Front and Center
The Plain Dealer Friday! Magazine, Published December 16, 2005
Kim Crow
Some of the most coolly competent -- yet outrageously glamorous -- folks in Cleveland can be found manning the reservation desks at our hottest restaurants.
To do this demanding job, it takes far more than a pretty face. There are customers who don't have a reservation, folks who don't like their table, folks who drink too much or folks who stalk out because their egos haven't been as well-buttered as their crusty rolls.
And they all have to go through that front desk.
It's a delicate tiptoe through the tabletops, requiring equal amounts sass and finesse, good humor and good manners. After years of dining-out experiences marveling at these smooth operators (and yes, sniggering at some of the less-smooth ones), we finally had to ask -- how do they do it? How do they deal with their demanding clientele yet still look unruffled and gorgeous at all times?
Dressing the part
When it comes to dressing the part, most hosts and hostesses agree: The more professional you look, the better.
"We have a lot of corporate people coming here," says Thomas Piechowski of the Foundation Room at the House of Blues in downtown Cleveland. "So a suit is most appropriate. I'm crazy about Brooks Brothers -- beautiful, serviceable clothes, or Valentino or Hugo Boss. And Paul Smith can do no wrong these days. I love his shirts."
Piechowski, 50, recently returned to Cleveland after living in New York for more than a dozen years, and for him, conservative is a new look. "I've worn some wild styles in the past, so for me, a crisp white shirt is different and fresh!"
"I try to reflect our restaurant, which is very classy," says Maggie Metzner of Three Birds in Lakewood. "Our attire is very dressy: skirts and heels."
Ean Carroll of Boulevard Blue in Cleveland likes to get creative. "I try to look professional, but I add a little spice," he says. "I wear a lot of bright colors, pastels, different shades of purple and lavender -- but I'll wear them under a sweater or jacket to tone it down. You just want a flash of brightness. You don't want to overwhelm people.

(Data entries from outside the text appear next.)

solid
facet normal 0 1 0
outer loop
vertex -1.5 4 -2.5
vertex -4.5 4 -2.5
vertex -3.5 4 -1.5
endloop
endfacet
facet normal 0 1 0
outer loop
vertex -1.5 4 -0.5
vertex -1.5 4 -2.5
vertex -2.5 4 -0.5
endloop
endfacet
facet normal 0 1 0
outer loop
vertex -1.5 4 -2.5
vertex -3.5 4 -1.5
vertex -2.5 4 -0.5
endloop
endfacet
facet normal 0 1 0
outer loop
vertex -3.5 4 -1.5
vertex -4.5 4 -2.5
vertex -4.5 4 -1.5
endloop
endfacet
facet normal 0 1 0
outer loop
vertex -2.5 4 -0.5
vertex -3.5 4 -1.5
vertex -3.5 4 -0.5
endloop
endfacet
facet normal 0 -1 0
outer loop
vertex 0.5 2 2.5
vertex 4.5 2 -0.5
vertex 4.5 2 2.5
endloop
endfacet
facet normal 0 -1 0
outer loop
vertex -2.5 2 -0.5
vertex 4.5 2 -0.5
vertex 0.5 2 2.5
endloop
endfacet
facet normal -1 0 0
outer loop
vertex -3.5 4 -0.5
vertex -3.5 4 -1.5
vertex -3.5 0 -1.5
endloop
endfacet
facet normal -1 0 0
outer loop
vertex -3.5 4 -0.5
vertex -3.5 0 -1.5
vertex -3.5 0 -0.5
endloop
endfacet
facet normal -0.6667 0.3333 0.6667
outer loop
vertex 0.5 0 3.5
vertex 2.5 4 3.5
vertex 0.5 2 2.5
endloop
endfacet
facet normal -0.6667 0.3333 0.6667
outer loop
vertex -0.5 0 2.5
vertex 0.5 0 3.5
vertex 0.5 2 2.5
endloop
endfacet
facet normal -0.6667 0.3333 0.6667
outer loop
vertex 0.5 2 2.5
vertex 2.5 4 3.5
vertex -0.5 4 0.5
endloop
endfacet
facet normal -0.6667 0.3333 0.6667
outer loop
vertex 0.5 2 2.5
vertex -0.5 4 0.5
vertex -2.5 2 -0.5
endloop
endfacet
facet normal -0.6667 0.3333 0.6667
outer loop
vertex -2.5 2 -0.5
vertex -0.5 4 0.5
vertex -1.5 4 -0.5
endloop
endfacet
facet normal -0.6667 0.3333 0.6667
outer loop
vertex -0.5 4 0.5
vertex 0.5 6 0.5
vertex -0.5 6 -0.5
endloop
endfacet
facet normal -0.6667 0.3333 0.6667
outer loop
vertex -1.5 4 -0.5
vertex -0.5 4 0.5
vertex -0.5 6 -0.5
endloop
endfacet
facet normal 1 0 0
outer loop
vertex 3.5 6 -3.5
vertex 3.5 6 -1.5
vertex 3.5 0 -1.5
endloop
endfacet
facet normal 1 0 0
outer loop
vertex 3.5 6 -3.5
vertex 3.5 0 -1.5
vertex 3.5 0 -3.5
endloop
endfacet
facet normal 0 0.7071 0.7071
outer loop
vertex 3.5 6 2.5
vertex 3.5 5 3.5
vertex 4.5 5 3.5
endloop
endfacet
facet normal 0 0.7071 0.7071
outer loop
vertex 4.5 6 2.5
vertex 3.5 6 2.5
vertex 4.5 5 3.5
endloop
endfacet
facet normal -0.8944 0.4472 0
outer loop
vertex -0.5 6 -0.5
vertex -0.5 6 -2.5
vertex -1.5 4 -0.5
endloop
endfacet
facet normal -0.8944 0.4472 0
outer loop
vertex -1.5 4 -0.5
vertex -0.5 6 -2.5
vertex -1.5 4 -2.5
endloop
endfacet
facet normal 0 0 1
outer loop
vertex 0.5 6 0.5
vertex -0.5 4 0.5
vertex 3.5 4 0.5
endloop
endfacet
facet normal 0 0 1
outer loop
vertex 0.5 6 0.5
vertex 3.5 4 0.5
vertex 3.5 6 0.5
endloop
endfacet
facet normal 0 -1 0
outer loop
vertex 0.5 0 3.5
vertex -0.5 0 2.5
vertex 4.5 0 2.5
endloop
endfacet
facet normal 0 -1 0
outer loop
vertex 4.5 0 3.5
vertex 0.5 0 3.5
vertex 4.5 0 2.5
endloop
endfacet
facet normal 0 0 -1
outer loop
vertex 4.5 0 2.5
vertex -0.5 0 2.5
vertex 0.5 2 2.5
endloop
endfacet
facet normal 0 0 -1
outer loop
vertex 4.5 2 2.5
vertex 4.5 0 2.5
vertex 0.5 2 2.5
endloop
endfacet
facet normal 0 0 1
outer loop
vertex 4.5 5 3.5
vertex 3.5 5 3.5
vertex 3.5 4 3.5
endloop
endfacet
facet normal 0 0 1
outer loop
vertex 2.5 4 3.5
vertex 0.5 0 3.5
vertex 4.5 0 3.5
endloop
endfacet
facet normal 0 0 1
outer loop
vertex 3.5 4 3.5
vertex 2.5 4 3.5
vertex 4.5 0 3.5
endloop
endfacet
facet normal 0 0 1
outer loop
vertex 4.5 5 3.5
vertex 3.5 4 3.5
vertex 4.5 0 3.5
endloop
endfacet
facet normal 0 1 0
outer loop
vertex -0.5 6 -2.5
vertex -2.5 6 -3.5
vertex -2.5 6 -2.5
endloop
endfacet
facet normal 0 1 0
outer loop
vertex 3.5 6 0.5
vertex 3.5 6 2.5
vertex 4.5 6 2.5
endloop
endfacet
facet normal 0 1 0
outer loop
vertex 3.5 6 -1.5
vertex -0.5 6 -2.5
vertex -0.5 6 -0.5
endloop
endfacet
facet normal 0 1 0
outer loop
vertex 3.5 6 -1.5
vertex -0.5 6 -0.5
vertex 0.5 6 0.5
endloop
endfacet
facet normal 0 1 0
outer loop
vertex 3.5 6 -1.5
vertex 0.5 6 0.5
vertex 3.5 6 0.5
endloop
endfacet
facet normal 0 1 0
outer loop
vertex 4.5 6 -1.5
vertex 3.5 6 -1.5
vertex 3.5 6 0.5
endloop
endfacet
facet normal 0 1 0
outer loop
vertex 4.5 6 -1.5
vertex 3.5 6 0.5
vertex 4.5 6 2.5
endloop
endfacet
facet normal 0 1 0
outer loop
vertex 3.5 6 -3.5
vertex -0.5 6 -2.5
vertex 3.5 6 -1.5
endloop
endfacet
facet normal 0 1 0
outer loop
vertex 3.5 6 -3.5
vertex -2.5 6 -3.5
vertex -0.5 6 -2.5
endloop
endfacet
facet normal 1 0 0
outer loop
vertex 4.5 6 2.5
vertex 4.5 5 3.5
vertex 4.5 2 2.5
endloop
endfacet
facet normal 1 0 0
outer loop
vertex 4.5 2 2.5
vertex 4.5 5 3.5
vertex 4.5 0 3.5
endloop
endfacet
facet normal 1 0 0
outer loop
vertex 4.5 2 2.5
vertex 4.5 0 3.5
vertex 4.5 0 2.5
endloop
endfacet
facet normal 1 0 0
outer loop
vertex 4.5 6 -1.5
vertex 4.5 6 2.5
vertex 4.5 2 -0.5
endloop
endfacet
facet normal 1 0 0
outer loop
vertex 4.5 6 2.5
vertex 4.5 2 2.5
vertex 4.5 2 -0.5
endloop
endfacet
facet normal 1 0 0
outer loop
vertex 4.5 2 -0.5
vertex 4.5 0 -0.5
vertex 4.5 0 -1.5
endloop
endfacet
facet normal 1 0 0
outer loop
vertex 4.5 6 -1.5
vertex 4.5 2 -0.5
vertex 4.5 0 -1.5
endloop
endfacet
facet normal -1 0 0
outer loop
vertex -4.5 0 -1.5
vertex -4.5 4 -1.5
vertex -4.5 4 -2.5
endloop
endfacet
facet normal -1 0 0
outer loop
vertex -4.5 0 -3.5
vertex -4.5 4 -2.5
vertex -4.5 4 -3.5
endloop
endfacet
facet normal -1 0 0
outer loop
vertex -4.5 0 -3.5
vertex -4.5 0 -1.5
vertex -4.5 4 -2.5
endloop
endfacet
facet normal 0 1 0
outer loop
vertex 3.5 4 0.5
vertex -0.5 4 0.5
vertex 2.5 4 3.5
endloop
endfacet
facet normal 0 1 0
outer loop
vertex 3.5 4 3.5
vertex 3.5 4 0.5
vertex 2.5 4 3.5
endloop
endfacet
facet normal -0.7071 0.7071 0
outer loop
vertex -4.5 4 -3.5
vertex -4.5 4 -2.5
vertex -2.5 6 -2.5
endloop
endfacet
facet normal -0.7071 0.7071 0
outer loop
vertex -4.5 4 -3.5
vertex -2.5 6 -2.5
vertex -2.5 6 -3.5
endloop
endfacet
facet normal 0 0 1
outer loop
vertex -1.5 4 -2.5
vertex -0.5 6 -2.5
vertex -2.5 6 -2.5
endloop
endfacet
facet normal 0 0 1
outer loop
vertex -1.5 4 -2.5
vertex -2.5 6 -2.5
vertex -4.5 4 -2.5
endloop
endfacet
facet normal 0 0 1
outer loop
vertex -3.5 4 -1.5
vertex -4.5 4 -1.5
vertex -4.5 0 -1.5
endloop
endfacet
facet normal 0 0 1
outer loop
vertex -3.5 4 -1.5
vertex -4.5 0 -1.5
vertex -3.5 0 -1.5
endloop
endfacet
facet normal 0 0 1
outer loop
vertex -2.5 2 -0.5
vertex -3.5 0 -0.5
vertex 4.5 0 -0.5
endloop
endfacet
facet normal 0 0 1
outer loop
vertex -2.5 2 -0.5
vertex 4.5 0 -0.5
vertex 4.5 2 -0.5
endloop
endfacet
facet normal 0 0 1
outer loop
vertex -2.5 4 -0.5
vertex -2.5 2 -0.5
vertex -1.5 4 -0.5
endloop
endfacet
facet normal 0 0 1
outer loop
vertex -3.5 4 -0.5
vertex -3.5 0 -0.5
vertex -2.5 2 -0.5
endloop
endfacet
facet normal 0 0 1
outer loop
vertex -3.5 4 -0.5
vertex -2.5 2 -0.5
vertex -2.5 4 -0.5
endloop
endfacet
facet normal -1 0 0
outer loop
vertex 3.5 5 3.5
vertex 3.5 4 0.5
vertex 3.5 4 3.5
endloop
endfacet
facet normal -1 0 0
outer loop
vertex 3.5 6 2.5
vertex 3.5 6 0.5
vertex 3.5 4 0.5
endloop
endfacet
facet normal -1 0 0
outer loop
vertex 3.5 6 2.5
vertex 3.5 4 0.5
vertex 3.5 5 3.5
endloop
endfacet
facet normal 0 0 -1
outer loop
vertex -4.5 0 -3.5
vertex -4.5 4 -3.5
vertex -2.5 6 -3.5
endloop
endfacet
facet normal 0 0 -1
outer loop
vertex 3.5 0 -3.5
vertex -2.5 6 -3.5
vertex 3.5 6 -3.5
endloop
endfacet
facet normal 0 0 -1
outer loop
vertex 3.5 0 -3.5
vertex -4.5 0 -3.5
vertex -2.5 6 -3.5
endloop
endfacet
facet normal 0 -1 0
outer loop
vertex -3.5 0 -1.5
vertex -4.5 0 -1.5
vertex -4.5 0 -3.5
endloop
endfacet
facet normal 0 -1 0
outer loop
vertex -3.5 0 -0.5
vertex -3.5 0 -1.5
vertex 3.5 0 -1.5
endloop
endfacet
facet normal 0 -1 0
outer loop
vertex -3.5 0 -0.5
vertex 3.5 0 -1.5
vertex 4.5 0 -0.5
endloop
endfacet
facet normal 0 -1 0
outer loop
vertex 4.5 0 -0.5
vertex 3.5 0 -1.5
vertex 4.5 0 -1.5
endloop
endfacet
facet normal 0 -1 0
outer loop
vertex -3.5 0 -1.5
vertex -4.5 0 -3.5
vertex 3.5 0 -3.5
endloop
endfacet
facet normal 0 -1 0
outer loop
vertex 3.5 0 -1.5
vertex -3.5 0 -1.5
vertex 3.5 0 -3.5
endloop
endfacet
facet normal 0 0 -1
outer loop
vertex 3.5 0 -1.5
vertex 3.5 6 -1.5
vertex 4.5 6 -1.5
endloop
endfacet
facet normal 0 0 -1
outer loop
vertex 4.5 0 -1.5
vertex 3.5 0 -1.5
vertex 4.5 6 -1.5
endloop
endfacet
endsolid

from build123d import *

# Parameters (mm, degrees)
SKETCH1_W               = 9
SKETCH1_H               = 7
BOSS_EXTRUDE1_DEPTH     = 6
SKETCH2_W               = 3
SKETCH2_H               = 2
CUT_EXTRUDE1_DEPTH      = 12.368817001
SKETCH3_W               = 3
SKETCH3_H               = 2
CUT_EXTRUDE2_DEPTH      = 8
CHAMFER1_SIZE           = 1
SKETCH4_W               = 1
SKETCH4_H               = 2
CUT_EXTRUDE3_DEPTH      = 9.276472679
SKETCH5_W               = 3
SKETCH5_H               = 2
CUT_EXTRUDE4_DEPTH      = 2
CHAMFER2_SIZE           = 2
CUT_EXTRUDE5_DEPTH      = 2
CUT_EXTRUDE5_DEPTH_BACK = 1
CUT_EXTRUDE6_DEPTH      = 5.094054233
CUT_EXTRUDE7_DEPTH      = 5.094054233


with BuildPart() as part:
    # Sketch1 → Boss-Extrude1 (new body)
    with BuildSketch(Plane(origin=(0, 0, 0), x_dir=(1, 0, 0), z_dir=(0, 1, 0))):
        Rectangle(SKETCH1_W, SKETCH1_H)
    extrude(amount=BOSS_EXTRUDE1_DEPTH)

    # Sketch2 → Cut-Extrude1 (cut, through all)
    with BuildSketch(Plane.ZY.offset(4.5)):
        with Locations((1, 1)):
            Rectangle(SKETCH2_W, SKETCH2_H)
    extrude(amount=-CUT_EXTRUDE1_DEPTH, mode=Mode.SUBTRACT)

    # Sketch3 → Cut-Extrude2 (cut)
    with BuildSketch(Plane.ZY.offset(4.5)):
        with Locations((2, 5)):
            Rectangle(SKETCH3_W, SKETCH3_H)
    extrude(amount=-CUT_EXTRUDE2_DEPTH, mode=Mode.SUBTRACT)

    # Chamfer1
    chamfer1_edges = [part.edges().sort_by_distance(p)[0] for p in [
        (4, 6, 3.5),
    ]]
    chamfer(chamfer1_edges, length=CHAMFER1_SIZE)

    # Sketch4 → Cut-Extrude3 (cut, through all)
    with BuildSketch(Plane(origin=(0, 6, 0), x_dir=(1, 0, 0), z_dir=(0, 1, 0))):
        with Locations((4, 2.5)):
            Rectangle(SKETCH4_W, SKETCH4_H)
    extrude(amount=-CUT_EXTRUDE3_DEPTH, mode=Mode.SUBTRACT)

    # Sketch5 → Cut-Extrude4 (cut)
    with BuildSketch(Plane(origin=(0, 6, 0), x_dir=(1, 0, 0), z_dir=(0, 1, 0))):
        with Locations((-3, 0.5)):
            Rectangle(SKETCH5_W, SKETCH5_H)
    extrude(amount=-CUT_EXTRUDE4_DEPTH, mode=Mode.SUBTRACT)

    # Chamfer2
    chamfer2_edges = [part.edges().sort_by_distance(p)[0] for p in [
        (-4.5, 6, -2.5),
    ]]
    chamfer(chamfer2_edges, length=CHAMFER2_SIZE)

    # Sketch6 → Cut-Extrude5 (cut, two sides)
    with BuildSketch(Plane.XY.offset(-1.5)) as cut_extrude5_sk:
        Polygon((-4.5, 4), (-2.5, 6), (-0.5, 6), (-1.5, 4), align=None)
    extrude(amount=CUT_EXTRUDE5_DEPTH, mode=Mode.SUBTRACT)
    extrude(cut_extrude5_sk.sketch, amount=-CUT_EXTRUDE5_DEPTH_BACK, mode=Mode.SUBTRACT)

    # Sketch7 → Cut-Extrude6 (cut)
    with BuildSketch(Plane(origin=(0, 4, 0), x_dir=(1, 0, 0), z_dir=(0, 1, 0))):
        Polygon((-4.5, 1.5), (-3.5, 1.5), (-3.5, 0.5), (-2.5, 0.5), (-2.5, -3.5), (-4.5, -3.5), align=None)
    extrude(amount=-CUT_EXTRUDE6_DEPTH, mode=Mode.SUBTRACT)

    # 3DSketch1 → Cut-Extrude7 (cut, along a direction that is not the sketch's normal)
    with BuildSketch(Plane(origin=(2.5, 4, 3.5), x_dir=(-0.7453559924999292, -0.29814239699997236, -0.5962847939999446), z_dir=(0.6666666666666674, -0.33333333333333376, -0.6666666666666657))):
        Polygon((0, 0), (2.683281573, -3.577708764), (4.024922359, -3.130495168), (2.683281573, -1.341640786), (6.708203932, 0), (4.024922359, 3.577708764), (2.683281573, 3.130495168), (4.024922359, 1.341640786), align=None)
    extrude(amount=-CUT_EXTRUDE7_DEPTH, dir=(1, 0, 0), mode=Mode.SUBTRACT)


solid = part.part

"I think our guests want to see a greeter with his or her own personal flair, not a cookie-cutter look," Carroll continues. "It's all part of the dining-out experience."
Jakiya McIntyre of the Cheesecake Factory at Legacy Village in Lyndhurst sees thousands of people each week at the popular chain spot.
"I need to be comfortable, but also really cute," she says with a giggle. "It can be cold with the door opening and closing all the time -- so I wear a lot of sweaters, something fuzzy and off the shoulders, and yeah, maybe a little sexy!"
Best feet forward
The most painful conundrum of all: Really fabulous shoes are not comfortable.
"My feet are killing me all the time," admits Piechowski. "I want to punch Kenneth Cole in the nose."
"I like to wear heels, but I usually end up in these little tennie things," says Shanna Sheline of Parallax in Cleveland's Tremont neighborhood. "In the summer, it's a lot of cute sandals, but now we're running up and down stairs to the coat-check room all night -- I'm sticking to flats."
"Usually my shoes are very stylish -- until midnight. Then you might see me slip into something that's much less stylish," says Tiffany Monday of the tiny, chic Downtown 140 in Hudson.
"Stilettos are popular with us," says Three Birds' Metzner. "I'm used to a higher heel. Flats actually hurt more at the end of the night."
"Style can hurt, but I'd rather make it work for fashion," says Boulevard Blue's Carroll. "I buy a lot of shoes at Aldo -- they're trendy, so by the time they're trashed, they're out of style anyway."
More than a pretty face
But being a successful front-of-the-houser means far more than having a great outfit. You also need a crash course in the human psyche -- the hungry human psyche.
"The challenge is keeping cool," says Sheline of Parallax, one of the most buzzed-about, solidly booked restaurants in the city. "When people start filing in, and they're waiting even with a reservation and they're hungry, well. . [laughing] the thing that keeps me confident is that I know we're going to make them happy in the end."
"Of course, we try to accommodate everyone," says Marco Rossi of Ponte Vecchio downtown. "But I have been in this business 33 years, and I've learned to read people.
"Some people bluster, say they've made reservations they haven't. But if you walk in on Saturday night and are humble, kind, I'm going to do everything I can to get you a table."
"My approach is that everything is fixable," says Piechowski of the House of Blues. "Enter apologizing. Find out what the core problem is. Ask what it is he or she wants you to do. And we get as close as we can."
"You have to kill them with kindness," agrees Monday of Downtown 140. "We strive to be gracious and listen to what they have to say. And once they do sit down, it will be wonderful."
"It's not worth it to come up with elaborate excuses; honesty really is the best policy," says Carroll. "We're straightforward about our mistakes -- and correct them as best we can."